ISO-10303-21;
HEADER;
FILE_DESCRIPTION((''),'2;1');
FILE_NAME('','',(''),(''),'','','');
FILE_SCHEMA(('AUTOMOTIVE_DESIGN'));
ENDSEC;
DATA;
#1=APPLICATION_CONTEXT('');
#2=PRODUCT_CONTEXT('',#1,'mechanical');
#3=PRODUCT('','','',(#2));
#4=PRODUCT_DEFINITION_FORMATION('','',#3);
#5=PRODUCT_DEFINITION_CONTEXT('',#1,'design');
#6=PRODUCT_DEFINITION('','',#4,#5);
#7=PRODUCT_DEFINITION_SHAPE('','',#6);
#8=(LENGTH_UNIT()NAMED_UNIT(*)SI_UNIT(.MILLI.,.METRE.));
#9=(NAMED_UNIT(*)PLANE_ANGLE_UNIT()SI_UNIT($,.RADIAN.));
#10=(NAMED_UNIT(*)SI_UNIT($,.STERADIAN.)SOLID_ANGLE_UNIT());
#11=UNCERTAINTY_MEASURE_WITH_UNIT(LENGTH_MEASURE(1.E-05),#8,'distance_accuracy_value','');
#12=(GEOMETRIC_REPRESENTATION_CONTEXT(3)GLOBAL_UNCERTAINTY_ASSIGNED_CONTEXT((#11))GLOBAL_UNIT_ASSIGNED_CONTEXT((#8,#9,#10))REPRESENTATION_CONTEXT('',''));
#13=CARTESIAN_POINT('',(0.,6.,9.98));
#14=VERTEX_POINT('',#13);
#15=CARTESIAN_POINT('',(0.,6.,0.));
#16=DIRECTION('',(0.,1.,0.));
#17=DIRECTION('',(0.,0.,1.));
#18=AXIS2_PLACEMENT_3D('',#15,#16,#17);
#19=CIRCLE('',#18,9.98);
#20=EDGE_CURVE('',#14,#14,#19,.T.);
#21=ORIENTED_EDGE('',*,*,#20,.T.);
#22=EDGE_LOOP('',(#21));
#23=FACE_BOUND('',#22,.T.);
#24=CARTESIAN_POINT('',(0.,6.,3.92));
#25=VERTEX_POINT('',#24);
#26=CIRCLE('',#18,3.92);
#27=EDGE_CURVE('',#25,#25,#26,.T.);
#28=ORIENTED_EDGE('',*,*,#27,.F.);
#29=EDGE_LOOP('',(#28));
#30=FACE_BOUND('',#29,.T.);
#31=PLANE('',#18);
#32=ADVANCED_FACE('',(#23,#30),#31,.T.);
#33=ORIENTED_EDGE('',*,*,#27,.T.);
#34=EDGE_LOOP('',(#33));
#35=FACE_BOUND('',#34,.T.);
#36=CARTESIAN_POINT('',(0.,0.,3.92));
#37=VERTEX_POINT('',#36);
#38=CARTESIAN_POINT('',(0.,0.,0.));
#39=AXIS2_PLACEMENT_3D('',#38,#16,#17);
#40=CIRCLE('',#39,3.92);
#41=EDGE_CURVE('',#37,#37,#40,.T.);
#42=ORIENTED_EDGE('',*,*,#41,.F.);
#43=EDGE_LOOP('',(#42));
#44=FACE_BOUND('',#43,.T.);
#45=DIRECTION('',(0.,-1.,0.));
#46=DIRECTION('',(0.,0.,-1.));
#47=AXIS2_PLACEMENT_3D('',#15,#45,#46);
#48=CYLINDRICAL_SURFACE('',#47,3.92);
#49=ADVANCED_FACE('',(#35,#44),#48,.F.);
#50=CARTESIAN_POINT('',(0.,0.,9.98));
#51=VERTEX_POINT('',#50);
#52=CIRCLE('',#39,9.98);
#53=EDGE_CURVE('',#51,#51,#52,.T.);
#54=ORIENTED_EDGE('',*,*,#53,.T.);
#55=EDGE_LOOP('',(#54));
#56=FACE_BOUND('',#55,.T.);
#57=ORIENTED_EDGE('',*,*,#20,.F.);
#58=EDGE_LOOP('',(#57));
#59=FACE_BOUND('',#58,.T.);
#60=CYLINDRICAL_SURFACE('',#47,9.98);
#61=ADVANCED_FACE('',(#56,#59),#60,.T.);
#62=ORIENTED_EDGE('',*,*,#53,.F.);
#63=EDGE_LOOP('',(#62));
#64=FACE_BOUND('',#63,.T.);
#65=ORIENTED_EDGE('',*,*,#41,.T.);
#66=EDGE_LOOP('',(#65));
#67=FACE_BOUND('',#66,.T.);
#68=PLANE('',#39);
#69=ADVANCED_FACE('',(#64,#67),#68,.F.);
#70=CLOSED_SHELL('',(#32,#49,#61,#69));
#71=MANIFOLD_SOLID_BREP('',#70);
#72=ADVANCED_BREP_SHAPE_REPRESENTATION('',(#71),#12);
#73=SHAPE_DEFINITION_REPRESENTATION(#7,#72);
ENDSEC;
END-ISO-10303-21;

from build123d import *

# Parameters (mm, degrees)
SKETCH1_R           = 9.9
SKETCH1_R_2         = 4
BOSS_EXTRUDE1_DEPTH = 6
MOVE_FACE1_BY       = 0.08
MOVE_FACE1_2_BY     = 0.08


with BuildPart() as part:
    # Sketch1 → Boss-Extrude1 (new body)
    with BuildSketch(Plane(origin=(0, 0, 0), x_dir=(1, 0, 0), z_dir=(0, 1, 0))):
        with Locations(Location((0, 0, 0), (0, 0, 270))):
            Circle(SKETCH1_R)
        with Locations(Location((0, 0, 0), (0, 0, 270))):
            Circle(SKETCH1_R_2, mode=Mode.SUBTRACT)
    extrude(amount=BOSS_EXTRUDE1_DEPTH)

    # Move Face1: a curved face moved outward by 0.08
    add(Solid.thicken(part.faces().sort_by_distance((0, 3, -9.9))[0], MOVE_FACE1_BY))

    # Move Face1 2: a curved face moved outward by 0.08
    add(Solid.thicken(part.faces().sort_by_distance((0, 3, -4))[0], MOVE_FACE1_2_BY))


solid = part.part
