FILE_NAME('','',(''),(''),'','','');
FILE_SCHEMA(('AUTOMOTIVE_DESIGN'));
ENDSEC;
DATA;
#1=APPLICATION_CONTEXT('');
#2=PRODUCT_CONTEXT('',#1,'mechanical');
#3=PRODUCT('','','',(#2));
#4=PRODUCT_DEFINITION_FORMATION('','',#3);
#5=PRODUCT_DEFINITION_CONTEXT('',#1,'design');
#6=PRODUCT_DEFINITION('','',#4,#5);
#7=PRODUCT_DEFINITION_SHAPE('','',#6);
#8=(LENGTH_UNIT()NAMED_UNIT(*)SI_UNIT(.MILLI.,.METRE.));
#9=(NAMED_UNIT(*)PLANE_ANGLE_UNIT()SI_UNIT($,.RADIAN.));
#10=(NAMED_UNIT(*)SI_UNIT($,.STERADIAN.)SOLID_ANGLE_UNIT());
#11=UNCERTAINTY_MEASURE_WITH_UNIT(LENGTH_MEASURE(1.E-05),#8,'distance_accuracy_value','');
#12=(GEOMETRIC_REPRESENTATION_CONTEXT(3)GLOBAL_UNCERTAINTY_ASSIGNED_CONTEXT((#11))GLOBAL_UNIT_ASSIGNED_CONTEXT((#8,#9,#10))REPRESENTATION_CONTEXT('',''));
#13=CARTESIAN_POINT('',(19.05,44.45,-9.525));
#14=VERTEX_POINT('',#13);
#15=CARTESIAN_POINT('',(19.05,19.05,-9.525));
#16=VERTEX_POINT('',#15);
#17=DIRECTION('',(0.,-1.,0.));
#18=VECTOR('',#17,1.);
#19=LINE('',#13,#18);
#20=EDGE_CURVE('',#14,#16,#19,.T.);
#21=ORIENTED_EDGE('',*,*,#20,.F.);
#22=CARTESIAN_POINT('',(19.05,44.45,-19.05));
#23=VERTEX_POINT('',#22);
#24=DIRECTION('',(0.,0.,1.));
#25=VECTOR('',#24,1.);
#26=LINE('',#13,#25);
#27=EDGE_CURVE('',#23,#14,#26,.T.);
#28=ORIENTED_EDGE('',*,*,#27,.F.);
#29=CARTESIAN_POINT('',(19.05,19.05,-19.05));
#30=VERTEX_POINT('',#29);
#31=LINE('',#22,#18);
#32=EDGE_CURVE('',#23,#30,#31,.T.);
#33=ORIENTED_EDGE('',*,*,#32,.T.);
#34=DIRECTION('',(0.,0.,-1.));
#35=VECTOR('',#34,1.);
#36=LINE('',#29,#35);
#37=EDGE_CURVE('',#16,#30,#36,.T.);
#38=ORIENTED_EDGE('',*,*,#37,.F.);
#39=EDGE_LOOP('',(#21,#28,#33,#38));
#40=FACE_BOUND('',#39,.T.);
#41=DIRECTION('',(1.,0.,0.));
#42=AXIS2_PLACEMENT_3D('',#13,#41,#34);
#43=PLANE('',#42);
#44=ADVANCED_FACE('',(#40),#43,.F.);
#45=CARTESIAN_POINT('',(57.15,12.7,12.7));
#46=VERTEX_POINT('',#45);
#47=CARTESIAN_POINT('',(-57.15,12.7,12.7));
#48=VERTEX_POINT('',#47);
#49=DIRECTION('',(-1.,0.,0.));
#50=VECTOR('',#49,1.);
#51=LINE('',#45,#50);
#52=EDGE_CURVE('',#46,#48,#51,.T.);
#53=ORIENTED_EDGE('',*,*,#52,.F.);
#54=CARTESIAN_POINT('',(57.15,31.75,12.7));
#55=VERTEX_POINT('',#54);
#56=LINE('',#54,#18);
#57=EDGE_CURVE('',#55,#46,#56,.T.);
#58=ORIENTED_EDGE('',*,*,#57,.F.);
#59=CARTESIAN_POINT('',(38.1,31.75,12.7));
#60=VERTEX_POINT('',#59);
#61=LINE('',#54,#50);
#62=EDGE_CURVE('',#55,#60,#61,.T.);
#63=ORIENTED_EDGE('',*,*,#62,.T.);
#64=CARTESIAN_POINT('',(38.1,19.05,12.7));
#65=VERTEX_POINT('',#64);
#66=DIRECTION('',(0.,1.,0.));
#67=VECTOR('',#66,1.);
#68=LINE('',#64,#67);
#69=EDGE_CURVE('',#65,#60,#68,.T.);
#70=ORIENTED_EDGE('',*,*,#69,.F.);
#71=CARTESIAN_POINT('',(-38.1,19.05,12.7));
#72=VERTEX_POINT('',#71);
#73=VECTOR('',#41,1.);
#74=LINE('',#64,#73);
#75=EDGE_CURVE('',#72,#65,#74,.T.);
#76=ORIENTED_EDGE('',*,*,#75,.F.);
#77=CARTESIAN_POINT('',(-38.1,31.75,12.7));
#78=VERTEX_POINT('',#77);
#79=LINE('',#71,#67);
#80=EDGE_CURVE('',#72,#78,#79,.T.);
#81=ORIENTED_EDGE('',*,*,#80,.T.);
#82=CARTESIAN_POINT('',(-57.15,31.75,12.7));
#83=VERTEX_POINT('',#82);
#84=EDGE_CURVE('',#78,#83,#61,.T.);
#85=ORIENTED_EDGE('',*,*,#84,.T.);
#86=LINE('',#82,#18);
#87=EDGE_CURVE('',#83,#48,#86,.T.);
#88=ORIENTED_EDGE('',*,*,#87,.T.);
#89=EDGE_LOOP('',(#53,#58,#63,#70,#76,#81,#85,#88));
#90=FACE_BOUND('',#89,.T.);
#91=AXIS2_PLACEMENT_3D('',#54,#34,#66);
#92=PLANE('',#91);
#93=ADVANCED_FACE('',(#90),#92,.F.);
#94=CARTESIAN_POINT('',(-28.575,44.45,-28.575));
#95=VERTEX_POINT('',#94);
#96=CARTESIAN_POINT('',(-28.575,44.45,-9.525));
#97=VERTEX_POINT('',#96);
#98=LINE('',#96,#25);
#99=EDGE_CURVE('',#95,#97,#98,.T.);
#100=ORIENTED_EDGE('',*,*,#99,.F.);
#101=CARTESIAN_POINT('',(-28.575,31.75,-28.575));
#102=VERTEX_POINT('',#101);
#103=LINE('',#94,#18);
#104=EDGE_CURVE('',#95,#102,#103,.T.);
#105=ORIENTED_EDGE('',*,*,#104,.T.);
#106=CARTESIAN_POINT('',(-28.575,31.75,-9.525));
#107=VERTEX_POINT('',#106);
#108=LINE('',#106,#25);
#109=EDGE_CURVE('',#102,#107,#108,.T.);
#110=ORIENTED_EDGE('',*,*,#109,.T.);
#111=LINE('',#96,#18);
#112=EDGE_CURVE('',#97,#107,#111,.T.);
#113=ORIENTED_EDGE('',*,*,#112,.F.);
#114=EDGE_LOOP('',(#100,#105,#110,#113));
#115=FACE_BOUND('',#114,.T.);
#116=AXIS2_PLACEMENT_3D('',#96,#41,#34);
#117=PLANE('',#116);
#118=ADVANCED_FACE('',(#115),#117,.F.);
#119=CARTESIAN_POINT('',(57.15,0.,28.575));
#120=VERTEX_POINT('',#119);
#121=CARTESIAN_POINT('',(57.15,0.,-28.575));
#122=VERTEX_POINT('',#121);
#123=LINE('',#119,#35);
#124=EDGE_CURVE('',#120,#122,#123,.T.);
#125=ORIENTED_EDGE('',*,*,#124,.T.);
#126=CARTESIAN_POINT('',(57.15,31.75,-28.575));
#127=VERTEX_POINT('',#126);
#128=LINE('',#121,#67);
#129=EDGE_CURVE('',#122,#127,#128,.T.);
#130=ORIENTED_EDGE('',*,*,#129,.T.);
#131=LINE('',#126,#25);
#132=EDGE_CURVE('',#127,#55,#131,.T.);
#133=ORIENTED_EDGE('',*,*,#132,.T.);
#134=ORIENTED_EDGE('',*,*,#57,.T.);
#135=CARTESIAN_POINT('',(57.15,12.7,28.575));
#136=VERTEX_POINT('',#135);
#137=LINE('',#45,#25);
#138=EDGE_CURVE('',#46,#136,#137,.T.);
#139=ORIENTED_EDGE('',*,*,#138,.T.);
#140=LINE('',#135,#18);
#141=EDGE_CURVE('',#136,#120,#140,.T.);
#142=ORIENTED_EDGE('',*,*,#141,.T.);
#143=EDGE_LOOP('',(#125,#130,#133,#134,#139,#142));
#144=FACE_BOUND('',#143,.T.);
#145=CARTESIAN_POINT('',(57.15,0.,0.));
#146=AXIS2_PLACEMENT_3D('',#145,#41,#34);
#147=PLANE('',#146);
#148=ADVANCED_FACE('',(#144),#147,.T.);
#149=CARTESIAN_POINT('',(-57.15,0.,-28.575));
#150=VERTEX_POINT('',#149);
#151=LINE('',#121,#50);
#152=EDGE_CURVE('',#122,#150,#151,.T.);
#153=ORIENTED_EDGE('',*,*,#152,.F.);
━━━━━━━━━━━━━━━━━━━━
Exercise brief: Using the listing above, return exactly, and only, the lines from the one that contains "#114=EDGE_LOOP('',(#100,#105,#110,#113));" through its last line, both included.

Result for this exercise:
#114=EDGE_LOOP('',(#100,#105,#110,#113));
#115=FACE_BOUND('',#114,.T.);
#116=AXIS2_PLACEMENT_3D('',#96,#41,#34);
#117=PLANE('',#116);
#118=ADVANCED_FACE('',(#115),#117,.F.);
#119=CARTESIAN_POINT('',(57.15,0.,28.575));
#120=VERTEX_POINT('',#119);
#121=CARTESIAN_POINT('',(57.15,0.,-28.575));
#122=VERTEX_POINT('',#121);
#123=LINE('',#119,#35);
#124=EDGE_CURVE('',#120,#122,#123,.T.);
#125=ORIENTED_EDGE('',*,*,#124,.T.);
#126=CARTESIAN_POINT('',(57.15,31.75,-28.575));
#127=VERTEX_POINT('',#126);
#128=LINE('',#121,#67);
#129=EDGE_CURVE('',#122,#127,#128,.T.);
#130=ORIENTED_EDGE('',*,*,#129,.T.);
#131=LINE('',#126,#25);
#132=EDGE_CURVE('',#127,#55,#131,.T.);
#133=ORIENTED_EDGE('',*,*,#132,.T.);
#134=ORIENTED_EDGE('',*,*,#57,.T.);
#135=CARTESIAN_POINT('',(57.15,12.7,28.575));
#136=VERTEX_POINT('',#135);
#137=LINE('',#45,#25);
#138=EDGE_CURVE('',#46,#136,#137,.T.);
#139=ORIENTED_EDGE('',*,*,#138,.T.);
#140=LINE('',#135,#18);
#141=EDGE_CURVE('',#136,#120,#140,.T.);
#142=ORIENTED_EDGE('',*,*,#141,.T.);
#143=EDGE_LOOP('',(#125,#130,#133,#134,#139,#142));
#144=FACE_BOUND('',#143,.T.);
#145=CARTESIAN_POINT('',(57.15,0.,0.));
#146=AXIS2_PLACEMENT_3D('',#145,#41,#34);
#147=PLANE('',#146);
#148=ADVANCED_FACE('',(#144),#147,.T.);
#149=CARTESIAN_POINT('',(-57.15,0.,-28.575));
#150=VERTEX_POINT('',#149);
#151=LINE('',#121,#50);
#152=EDGE_CURVE('',#122,#150,#151,.T.);
#153=ORIENTED_EDGE('',*,*,#152,.F.);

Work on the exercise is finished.